Iban ya de camino a la Casa del Loco. Habían quedado en el descampado precisamente por que querían hacer algo especial en Halloween, ¿y que podía haber mas especial que ese lugar?

- Según cuenta la historia – empezó Diego-  esta casa en ruinas era antes una fabrica de pan pero el dueño se volvió loco y decidió prenderla fuego con todos los trabajadores dentro. Se dice que si subes al segundo piso, que era donde estaba él, a veces se oyen voces y gritos.

- Vaya tontería, seguro que es todo mentira  y lo haces para asustarnos – dijo Cristina que no le temía a nada. Pero dio un respingo cuando Hugo comenzó a gritar como un loco y Cristina vio que señalaba detrás de ella.

En una décima de segundo e incluso estando a oscuras, Cristina y los demas pudieron percibir la figura de un hombre ahorcado en un árbol. Todos salieron corriendo, Diego el primero guiando a los demás y se resguardaron en el primer sitio que encontraron: la casa del loco.

- ¿ Qué hacemos? – dijeron a coro Ana y Lucía con un gesto de horror en la cara.

- No lo se pero no estamos en el mejor lugar por si no os habiais dado cuenta -dijo Cristina exasperada, a modo de respuesta.

- Vale, el que sea que ha colgado a ese hombre ahí todavía puede estar por aquí cerca – matizó Hugo.

- Llamemos a la policía y que vengan a buscarnos – gritó Diego y al ver que todos asentían sacó su movil para llamar – No tengo cobertura desde aquí.

Uno a uno fueron comprobando el movil pero ninguno tenía cobertura, ni les daba señal el teléfono.

- Tenemos que pensar un plan B – Diego se paseaba de un lado a otro nervioso mordiéndose las uñas.

- Tengo una idea – dijo Cristina harta de esperar – a la de tres salimos todos corriendo hacia la civilizacion, ¿entendido?

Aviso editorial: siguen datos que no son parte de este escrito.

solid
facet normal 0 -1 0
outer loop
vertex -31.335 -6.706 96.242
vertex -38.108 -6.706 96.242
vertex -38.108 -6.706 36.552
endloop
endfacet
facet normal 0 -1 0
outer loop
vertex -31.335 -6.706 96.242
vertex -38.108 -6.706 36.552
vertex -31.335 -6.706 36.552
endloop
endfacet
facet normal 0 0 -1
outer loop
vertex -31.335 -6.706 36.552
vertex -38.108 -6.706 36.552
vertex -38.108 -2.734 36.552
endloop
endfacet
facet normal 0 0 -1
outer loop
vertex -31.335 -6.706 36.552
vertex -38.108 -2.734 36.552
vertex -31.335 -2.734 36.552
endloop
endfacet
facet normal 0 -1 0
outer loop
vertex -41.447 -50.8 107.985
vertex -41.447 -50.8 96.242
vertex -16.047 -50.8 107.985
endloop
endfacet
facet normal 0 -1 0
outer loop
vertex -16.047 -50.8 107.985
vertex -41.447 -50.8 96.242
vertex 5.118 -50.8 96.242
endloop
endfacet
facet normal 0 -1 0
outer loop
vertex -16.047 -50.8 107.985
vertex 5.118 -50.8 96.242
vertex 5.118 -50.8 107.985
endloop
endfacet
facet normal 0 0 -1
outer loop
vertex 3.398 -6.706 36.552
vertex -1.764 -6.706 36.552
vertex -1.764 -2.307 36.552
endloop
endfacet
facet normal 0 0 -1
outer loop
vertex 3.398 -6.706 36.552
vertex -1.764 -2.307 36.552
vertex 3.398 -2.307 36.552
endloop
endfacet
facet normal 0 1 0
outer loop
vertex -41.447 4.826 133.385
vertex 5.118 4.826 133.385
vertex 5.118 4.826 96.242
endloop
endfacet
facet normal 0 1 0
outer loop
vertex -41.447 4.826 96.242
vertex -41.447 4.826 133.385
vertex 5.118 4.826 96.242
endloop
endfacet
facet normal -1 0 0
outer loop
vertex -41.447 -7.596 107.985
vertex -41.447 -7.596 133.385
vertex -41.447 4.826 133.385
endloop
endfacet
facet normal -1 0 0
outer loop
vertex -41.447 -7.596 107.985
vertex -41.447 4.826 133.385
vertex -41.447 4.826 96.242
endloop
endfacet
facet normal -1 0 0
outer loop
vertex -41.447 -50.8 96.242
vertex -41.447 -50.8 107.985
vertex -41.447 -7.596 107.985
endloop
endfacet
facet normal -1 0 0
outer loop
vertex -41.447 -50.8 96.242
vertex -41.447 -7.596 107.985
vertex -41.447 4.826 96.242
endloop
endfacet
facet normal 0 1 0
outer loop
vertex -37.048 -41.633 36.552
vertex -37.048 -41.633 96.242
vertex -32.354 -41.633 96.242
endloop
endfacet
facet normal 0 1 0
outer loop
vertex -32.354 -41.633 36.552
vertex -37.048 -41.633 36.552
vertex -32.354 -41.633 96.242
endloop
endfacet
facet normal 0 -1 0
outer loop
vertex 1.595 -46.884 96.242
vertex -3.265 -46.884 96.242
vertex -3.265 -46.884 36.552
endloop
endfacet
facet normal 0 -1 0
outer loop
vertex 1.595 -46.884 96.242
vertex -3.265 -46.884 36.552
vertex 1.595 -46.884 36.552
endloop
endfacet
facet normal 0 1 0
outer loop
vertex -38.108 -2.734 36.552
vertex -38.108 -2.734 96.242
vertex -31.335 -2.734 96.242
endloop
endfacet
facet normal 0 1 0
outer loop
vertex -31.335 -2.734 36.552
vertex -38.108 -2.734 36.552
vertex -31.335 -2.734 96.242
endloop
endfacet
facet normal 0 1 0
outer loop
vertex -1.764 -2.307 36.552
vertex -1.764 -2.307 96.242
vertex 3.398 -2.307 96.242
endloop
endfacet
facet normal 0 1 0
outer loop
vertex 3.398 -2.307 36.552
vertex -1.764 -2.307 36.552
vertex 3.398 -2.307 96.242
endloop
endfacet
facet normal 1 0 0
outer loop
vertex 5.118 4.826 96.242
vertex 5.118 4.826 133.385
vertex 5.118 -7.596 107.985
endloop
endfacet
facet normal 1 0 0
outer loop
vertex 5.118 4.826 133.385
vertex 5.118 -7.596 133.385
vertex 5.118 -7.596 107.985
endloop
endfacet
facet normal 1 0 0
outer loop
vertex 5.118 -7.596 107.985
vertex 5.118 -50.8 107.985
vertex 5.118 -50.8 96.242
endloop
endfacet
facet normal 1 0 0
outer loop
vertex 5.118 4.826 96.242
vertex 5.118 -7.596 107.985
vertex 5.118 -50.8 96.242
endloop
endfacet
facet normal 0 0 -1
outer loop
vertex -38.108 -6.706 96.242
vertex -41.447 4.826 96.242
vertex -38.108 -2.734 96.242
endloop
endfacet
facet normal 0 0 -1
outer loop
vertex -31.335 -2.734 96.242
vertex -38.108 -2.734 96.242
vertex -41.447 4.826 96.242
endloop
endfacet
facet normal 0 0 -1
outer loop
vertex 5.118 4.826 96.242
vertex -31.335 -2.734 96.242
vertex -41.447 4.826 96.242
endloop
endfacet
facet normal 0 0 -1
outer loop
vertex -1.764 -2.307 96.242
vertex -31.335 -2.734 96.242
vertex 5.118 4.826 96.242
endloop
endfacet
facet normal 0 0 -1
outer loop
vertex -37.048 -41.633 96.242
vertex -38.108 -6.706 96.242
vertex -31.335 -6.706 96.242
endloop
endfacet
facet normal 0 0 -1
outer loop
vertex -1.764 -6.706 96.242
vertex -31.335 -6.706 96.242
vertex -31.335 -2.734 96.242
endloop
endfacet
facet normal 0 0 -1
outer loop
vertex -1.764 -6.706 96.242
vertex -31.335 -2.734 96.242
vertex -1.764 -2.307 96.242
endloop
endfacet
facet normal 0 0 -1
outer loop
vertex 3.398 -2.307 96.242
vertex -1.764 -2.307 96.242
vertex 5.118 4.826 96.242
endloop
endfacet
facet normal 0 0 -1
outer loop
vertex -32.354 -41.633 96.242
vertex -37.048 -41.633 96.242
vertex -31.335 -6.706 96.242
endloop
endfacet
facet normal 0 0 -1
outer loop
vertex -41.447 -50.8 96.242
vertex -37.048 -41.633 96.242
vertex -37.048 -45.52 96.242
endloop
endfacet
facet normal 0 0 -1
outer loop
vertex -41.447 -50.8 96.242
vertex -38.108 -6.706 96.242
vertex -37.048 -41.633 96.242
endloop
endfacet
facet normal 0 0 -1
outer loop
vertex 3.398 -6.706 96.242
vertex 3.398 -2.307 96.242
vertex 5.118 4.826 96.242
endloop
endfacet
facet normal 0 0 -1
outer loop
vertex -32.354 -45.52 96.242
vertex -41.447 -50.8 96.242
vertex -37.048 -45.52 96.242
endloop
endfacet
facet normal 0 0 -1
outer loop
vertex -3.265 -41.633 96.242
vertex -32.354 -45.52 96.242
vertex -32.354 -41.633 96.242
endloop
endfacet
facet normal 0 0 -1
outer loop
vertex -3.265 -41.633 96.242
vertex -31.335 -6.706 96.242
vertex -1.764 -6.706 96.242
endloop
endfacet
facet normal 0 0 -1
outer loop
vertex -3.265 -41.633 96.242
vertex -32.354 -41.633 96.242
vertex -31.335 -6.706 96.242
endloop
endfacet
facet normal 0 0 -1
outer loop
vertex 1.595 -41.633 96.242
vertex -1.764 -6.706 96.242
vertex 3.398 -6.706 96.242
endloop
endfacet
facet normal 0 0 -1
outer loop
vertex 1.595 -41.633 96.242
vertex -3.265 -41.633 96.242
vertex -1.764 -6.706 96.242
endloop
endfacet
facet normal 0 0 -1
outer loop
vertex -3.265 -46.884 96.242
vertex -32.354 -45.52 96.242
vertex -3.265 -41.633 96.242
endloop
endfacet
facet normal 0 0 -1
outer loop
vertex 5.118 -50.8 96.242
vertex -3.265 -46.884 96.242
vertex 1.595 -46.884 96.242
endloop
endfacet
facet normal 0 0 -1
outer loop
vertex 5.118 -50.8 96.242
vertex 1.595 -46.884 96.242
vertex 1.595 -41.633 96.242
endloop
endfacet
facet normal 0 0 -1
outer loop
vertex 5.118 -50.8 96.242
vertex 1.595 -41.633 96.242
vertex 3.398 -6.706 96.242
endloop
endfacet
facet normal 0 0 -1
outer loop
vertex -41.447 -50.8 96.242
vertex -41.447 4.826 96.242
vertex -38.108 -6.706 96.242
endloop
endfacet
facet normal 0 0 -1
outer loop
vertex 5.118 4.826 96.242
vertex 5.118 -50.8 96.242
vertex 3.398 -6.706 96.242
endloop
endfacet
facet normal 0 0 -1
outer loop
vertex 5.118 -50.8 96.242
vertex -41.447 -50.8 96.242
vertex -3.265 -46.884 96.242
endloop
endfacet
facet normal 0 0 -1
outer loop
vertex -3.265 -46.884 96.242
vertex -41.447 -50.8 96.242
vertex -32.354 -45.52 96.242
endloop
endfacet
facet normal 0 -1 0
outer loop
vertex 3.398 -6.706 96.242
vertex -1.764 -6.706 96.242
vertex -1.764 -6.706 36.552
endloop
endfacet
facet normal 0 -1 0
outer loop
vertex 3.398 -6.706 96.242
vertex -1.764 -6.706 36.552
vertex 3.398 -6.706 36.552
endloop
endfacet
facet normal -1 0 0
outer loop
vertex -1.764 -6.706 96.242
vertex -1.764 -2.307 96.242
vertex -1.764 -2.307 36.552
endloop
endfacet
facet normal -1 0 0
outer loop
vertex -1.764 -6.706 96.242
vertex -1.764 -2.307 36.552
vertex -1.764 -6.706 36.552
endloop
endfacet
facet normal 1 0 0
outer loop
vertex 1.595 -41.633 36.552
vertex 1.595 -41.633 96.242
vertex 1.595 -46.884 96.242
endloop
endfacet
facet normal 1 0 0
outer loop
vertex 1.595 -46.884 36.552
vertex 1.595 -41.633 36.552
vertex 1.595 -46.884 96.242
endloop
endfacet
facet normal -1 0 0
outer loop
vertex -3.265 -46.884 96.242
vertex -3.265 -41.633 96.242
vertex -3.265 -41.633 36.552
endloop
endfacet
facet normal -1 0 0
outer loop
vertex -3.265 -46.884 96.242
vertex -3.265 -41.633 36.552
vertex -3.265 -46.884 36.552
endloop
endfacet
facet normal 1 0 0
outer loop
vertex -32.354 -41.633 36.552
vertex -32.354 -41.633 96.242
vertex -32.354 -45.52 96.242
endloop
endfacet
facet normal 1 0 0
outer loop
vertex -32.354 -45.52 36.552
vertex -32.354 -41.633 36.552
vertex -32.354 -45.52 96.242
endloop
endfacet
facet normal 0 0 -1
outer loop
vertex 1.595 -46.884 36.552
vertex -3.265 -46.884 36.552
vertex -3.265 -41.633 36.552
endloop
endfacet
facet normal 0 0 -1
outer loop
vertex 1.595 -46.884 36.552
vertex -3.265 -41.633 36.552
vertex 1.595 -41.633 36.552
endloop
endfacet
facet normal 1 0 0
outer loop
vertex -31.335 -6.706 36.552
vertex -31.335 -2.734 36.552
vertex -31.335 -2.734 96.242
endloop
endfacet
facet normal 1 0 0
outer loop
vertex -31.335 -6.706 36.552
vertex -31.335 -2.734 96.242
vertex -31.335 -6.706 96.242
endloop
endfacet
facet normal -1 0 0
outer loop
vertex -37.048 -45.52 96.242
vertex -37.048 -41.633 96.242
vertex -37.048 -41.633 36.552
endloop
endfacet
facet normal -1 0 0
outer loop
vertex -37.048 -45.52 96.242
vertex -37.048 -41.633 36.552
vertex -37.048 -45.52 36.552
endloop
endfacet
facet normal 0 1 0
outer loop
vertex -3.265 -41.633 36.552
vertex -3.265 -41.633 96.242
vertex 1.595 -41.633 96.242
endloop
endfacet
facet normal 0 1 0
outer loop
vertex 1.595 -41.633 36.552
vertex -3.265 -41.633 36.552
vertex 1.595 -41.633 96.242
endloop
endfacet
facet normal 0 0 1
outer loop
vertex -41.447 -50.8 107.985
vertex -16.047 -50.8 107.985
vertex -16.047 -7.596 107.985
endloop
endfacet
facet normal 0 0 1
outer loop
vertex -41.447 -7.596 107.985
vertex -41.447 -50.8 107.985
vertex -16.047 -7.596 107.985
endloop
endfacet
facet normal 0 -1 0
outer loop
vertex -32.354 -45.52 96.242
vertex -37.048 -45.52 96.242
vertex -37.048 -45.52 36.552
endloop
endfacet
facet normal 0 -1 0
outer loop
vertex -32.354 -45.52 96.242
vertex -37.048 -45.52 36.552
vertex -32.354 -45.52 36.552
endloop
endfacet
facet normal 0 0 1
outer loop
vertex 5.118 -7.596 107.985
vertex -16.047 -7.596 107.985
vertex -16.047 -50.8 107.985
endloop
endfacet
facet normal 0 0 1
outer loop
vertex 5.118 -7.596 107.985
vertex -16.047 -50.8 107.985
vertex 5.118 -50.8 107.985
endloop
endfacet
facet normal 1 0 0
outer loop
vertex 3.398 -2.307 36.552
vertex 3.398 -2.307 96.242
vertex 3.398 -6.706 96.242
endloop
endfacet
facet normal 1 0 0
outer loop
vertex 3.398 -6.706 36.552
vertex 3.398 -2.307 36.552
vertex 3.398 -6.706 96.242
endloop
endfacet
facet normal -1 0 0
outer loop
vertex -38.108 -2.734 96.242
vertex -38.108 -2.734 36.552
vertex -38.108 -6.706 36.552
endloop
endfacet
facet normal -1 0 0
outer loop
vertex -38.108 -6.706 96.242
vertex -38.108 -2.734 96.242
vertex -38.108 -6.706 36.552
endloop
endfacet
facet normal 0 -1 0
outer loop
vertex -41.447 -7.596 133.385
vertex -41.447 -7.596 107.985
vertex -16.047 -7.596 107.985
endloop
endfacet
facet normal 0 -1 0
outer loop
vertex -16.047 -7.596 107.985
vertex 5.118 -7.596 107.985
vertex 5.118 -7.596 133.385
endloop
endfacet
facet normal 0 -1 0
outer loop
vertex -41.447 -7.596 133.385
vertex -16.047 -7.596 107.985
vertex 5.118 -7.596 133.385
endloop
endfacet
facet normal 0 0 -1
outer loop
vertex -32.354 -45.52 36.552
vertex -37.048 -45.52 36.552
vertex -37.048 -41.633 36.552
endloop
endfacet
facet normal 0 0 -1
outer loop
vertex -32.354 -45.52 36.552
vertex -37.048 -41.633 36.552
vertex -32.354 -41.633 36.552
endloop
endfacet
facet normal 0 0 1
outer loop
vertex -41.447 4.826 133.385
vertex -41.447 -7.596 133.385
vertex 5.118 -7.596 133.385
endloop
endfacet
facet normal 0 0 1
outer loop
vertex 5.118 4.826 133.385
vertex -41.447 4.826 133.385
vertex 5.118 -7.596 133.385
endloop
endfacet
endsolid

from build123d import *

# Parameters (mm, degrees)
F1_DEPTH  = 4.1148
F4_W      = 1.7967561726
F4_H      = 11.5752667189
F5_DEPTH  = 25.4
F3_W      = 21.1648978293
F3_H      = 11.7423608899
F6_DEPTH  = 25.4
F7_W      = 21.1648978293
F7_H      = 7.5958641246
F8_DEPTH  = 25.4
F9_DEPTH  = 25.4
F10_DEPTH = 25.4
F11_W     = 5.1620183513
F11_H     = 4.3984993827
F11_W_2   = 6.7732334137
F11_H_2   = 3.9715627208
F11_W_3   = 4.8598810099
F11_H_3   = 5.2507780492
F11_W_4   = 4.6935081482
F11_H_4   = 3.8872100413
F12_DEPTH = 59.69
F13_DEPTH = 4.826


with BuildPart() as f1:
    # F0 (on Front) → F1 (new body)
    with BuildSketch(Plane.XZ):
        Polygon((1.2734923512, 7.3978709988), (1.0500258068, 4.5483880676), (11.4485891536, 4.5483880676), (12.1993478388, 7.3978709988), align=None)
        Polygon((-2.1805709694, 3.6492620129), (1.0500258068, 4.5483880676), (1.2734923512, 7.3978709988), (-2.1805709694, 6.1951475218), align=None)
        Polygon((11.4485891536, 4.5483880676), (1.0500258068, 4.5483880676), (-2.1805709694, 3.6492620129), (-0.5589149077, 2.3352366406), (16.0257890821, 2.3352366406), align=None)
        Polygon((12.1993478388, 7.3978709988), (11.4485891536, 4.5483880676), (16.0257890821, 2.3352366406), (17.6053401083, 4.832720384), align=None)
    extrude(amount=F1_DEPTH)


with BuildPart() as f5:
    # F4 (on face) → F5 (new body)
    with BuildSketch(Plane.XZ):
        with Locations((4.1603924474, 102.1747291088)):
            Rectangle(F4_W, F4_H)
    extrude(amount=F5_DEPTH)

    # F3 (on Front) → F6 (join)
    with BuildSketch(Plane.XZ):
        with Locations((-5.4645147175, 102.1133996546)):
            Rectangle(F3_W, F3_H)
    extrude(amount=F6_DEPTH)

    # F7 (on face) → F8 (join)
    with BuildSketch(Plane.XY.offset(107.9845800996)):
        with Locations((-5.4645147175, -3.7979320623)):
            Rectangle(F7_W, F7_H)
    extrude(amount=F8_DEPTH)

    # F9 (add): a face of the model
    f9_faces = [f5.faces().sort_by_distance(p)[0] for p in [
        (-5.4645147175, -25.4, 102.1133996546),
    ]]
    extrude(f9_faces, amount=F9_DEPTH)

    # F10 (add): a face of the model
    f10_faces = [f5.faces().sort_by_distance(p)[0] for p in [
        (-16.0469636321, -20.1206151979, 106.6520580868),
    ]]
    extrude(f10_faces, amount=F10_DEPTH)

    # F11 (on face) → F12 (join)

Una, dos y…

- ¿Hola? -  se oyó una voz detrás de ellos.

No hizo falta decir tres, todos salieron disparados por la puerta de la casa gritando con aquel hombre persiguiendoles. Pero de repente apareció otro de frente y cogió a Hugo. Diego que estaba justo al lado le dio una patada al hombre pero a él también le habían cogido. Las chicas se quedaron quietas, sin saber si huir o ponerse a llorar ya.

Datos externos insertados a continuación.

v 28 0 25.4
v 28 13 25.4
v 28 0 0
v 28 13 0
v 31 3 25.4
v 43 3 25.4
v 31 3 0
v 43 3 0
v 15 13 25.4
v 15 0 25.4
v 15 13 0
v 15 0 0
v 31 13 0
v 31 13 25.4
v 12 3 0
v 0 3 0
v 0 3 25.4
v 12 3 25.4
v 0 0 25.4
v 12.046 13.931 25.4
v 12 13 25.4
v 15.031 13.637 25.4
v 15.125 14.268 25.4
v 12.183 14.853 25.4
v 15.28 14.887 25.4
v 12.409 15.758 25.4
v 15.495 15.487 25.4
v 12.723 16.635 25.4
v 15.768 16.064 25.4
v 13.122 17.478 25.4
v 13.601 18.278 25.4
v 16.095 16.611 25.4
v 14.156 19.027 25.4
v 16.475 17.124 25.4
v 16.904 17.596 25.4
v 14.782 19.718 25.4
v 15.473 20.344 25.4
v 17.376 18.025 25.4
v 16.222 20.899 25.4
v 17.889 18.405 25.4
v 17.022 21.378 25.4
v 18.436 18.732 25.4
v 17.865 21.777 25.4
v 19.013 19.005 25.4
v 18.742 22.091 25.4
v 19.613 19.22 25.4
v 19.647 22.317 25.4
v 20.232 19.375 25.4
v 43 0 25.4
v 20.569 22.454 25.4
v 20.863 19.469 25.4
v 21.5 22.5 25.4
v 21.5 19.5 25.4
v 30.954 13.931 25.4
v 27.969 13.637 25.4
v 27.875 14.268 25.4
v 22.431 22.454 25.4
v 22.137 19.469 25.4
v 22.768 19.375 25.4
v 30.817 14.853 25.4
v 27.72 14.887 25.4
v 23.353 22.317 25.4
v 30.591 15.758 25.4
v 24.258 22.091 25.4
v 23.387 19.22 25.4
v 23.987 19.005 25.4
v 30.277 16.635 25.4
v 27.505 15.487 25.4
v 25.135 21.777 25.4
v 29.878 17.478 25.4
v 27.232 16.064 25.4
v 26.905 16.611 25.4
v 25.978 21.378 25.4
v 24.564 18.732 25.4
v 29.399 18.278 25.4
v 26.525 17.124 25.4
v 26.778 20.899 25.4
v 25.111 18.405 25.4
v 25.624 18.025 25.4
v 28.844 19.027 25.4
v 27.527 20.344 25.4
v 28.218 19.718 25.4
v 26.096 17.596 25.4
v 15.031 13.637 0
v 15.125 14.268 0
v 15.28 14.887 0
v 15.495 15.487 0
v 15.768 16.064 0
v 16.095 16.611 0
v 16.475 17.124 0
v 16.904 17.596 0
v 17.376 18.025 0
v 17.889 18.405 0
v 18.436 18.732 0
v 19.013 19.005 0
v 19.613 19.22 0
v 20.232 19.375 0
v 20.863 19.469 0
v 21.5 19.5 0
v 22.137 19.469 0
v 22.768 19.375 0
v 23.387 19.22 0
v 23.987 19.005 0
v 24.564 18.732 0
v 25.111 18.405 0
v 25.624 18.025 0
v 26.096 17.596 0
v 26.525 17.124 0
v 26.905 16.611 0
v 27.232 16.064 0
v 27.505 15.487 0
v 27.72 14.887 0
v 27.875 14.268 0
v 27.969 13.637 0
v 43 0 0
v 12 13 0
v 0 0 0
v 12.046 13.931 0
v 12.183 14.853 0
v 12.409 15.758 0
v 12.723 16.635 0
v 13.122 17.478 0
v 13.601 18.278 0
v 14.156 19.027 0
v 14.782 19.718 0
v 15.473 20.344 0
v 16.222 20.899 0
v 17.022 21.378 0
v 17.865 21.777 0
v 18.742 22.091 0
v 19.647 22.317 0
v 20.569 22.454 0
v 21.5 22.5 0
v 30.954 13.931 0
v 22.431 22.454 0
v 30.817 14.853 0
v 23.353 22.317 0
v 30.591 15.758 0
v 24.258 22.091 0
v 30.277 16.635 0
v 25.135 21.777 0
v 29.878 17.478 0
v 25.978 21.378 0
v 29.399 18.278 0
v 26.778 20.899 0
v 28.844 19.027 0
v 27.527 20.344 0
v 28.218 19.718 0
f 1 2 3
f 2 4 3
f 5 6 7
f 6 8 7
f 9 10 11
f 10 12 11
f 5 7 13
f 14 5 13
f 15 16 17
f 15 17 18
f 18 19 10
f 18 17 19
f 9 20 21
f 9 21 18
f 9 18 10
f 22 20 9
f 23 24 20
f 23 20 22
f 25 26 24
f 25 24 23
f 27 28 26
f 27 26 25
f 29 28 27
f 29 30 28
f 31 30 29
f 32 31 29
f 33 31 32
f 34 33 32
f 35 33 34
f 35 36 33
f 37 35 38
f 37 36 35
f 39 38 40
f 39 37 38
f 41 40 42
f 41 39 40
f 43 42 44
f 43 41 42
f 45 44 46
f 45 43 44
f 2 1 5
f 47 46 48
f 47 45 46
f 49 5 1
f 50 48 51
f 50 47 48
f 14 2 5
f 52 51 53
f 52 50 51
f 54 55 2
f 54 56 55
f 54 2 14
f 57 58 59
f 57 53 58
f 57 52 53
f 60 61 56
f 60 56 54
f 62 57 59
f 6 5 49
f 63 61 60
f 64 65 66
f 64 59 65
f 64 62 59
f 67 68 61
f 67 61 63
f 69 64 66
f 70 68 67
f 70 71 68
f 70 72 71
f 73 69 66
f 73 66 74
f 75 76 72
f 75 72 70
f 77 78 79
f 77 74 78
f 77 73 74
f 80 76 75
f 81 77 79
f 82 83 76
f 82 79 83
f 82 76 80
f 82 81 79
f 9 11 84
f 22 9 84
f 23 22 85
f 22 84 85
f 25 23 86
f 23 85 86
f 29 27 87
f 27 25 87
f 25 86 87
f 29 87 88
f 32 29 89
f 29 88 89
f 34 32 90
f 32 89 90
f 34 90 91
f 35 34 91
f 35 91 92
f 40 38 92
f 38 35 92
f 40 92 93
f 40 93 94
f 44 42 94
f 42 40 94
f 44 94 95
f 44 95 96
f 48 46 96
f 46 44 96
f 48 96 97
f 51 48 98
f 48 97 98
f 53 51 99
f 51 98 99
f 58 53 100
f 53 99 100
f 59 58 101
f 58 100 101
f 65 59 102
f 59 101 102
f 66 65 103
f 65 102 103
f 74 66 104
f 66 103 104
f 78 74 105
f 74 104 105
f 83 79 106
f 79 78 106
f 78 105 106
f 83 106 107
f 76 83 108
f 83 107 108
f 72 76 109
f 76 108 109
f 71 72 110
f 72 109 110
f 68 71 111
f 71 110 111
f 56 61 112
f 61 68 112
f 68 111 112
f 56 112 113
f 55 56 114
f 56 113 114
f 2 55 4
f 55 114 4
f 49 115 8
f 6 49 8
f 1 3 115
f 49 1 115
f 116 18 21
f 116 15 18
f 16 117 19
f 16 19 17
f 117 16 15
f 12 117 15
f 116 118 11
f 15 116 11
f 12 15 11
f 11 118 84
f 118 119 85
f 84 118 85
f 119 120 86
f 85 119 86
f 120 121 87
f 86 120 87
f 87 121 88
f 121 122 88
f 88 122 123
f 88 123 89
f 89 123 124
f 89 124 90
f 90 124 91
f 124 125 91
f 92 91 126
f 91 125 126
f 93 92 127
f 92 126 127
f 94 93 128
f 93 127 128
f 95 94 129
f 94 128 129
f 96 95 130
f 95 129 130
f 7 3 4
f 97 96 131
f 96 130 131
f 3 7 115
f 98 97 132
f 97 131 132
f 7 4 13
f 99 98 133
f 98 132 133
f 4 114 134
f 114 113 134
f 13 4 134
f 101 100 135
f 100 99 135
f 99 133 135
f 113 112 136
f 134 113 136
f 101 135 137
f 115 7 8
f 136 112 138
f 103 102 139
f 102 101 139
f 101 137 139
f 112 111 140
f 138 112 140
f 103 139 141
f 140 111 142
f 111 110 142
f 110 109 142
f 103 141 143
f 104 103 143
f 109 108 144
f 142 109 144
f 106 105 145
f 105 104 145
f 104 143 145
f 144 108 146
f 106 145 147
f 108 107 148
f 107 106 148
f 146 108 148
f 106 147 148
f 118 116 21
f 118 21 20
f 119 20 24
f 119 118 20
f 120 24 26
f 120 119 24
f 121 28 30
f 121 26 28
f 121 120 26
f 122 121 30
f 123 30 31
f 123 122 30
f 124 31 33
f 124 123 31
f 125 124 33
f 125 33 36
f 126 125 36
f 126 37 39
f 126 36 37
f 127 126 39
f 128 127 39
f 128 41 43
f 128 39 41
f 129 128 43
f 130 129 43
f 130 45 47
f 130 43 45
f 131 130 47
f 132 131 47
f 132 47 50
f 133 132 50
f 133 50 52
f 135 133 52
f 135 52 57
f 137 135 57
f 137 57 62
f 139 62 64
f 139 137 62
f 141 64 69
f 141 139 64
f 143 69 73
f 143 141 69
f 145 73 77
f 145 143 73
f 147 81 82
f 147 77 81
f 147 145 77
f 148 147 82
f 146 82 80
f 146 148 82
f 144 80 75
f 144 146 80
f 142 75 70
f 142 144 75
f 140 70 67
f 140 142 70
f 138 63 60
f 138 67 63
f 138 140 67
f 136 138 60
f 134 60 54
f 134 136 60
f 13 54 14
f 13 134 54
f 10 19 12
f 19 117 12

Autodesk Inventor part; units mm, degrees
ref_plane "YZ Plane" through (0, 0, 0) normal (1, 0, 0) x (0, 1, 0)
ref_plane "XZ Plane" through (0, 0, 0) normal (0, 1, 0) x (-1, 0, 0)
ref_plane "XY Plane" through (0, 0, 0) normal (0, 0, 1) x (1, 0, 0)
sketch "Sketch1" plane through (0, 0, 0) normal (0, 0, 1) x (1, 0, 0)
  line L0 (0, 0) -> (0, 3)
  line L1 (0, 3) -> (12, 3)
  line L2 (0, 0) -> (15, 0)
  line L3 (15, 0) -> (15, 13)
  line L4 (12, 3) -> (12, 13)
  line L5 (28, 13) -> (28, 0)
  line L6 (28, 0) -> (43, 0)
  line L7 (43, 0) -> (43, 3)
  line L8 (43, 3) -> (31, 3)
  line L9 (31, 3) -> (31, 13)
  arc A0 (28, 13) -> (15, 13) centre (21.5, 13) ccw
  arc A1 (31, 13) -> (12, 13) centre (21.5, 13) ccw
  dimension "d10" = 3
extrude "Extrusion1" add sketch "Sketch1" along normal blind 25.4
properties part number "SADDLE_CPY"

Uno de los hombres, el que sujetaba a Diego encedió una linterna y apuntó a algo que tenía en la mano. Era una placa de policia. – ¿Qué os pasa chicos? Estais muy alterados, no os vamos a hacer nada. Hemos venido por que unos vecinos que paseaban al perro han oido gritos.

Hugo se deshizo del abrazo del otro policía y gritó con nerviosismo – ¡Hay un hombre colgado entre esos árboles! – mientras señalaba al pequeño bosque que rodeaba la casa.

Los policías no dijeron nada mas y se acercaron hacia donde los niños habían señalado con las linternas y con mucho cuidado. De repente desaparecieron de la vista de los niños y al poco volvieron a aparecer. Uno de ellos dijo con gesto adusto – ¿ Es una broma? – dijo enseñándoles el supuesto hombre muerto colgado del arbol. Era un maniquí.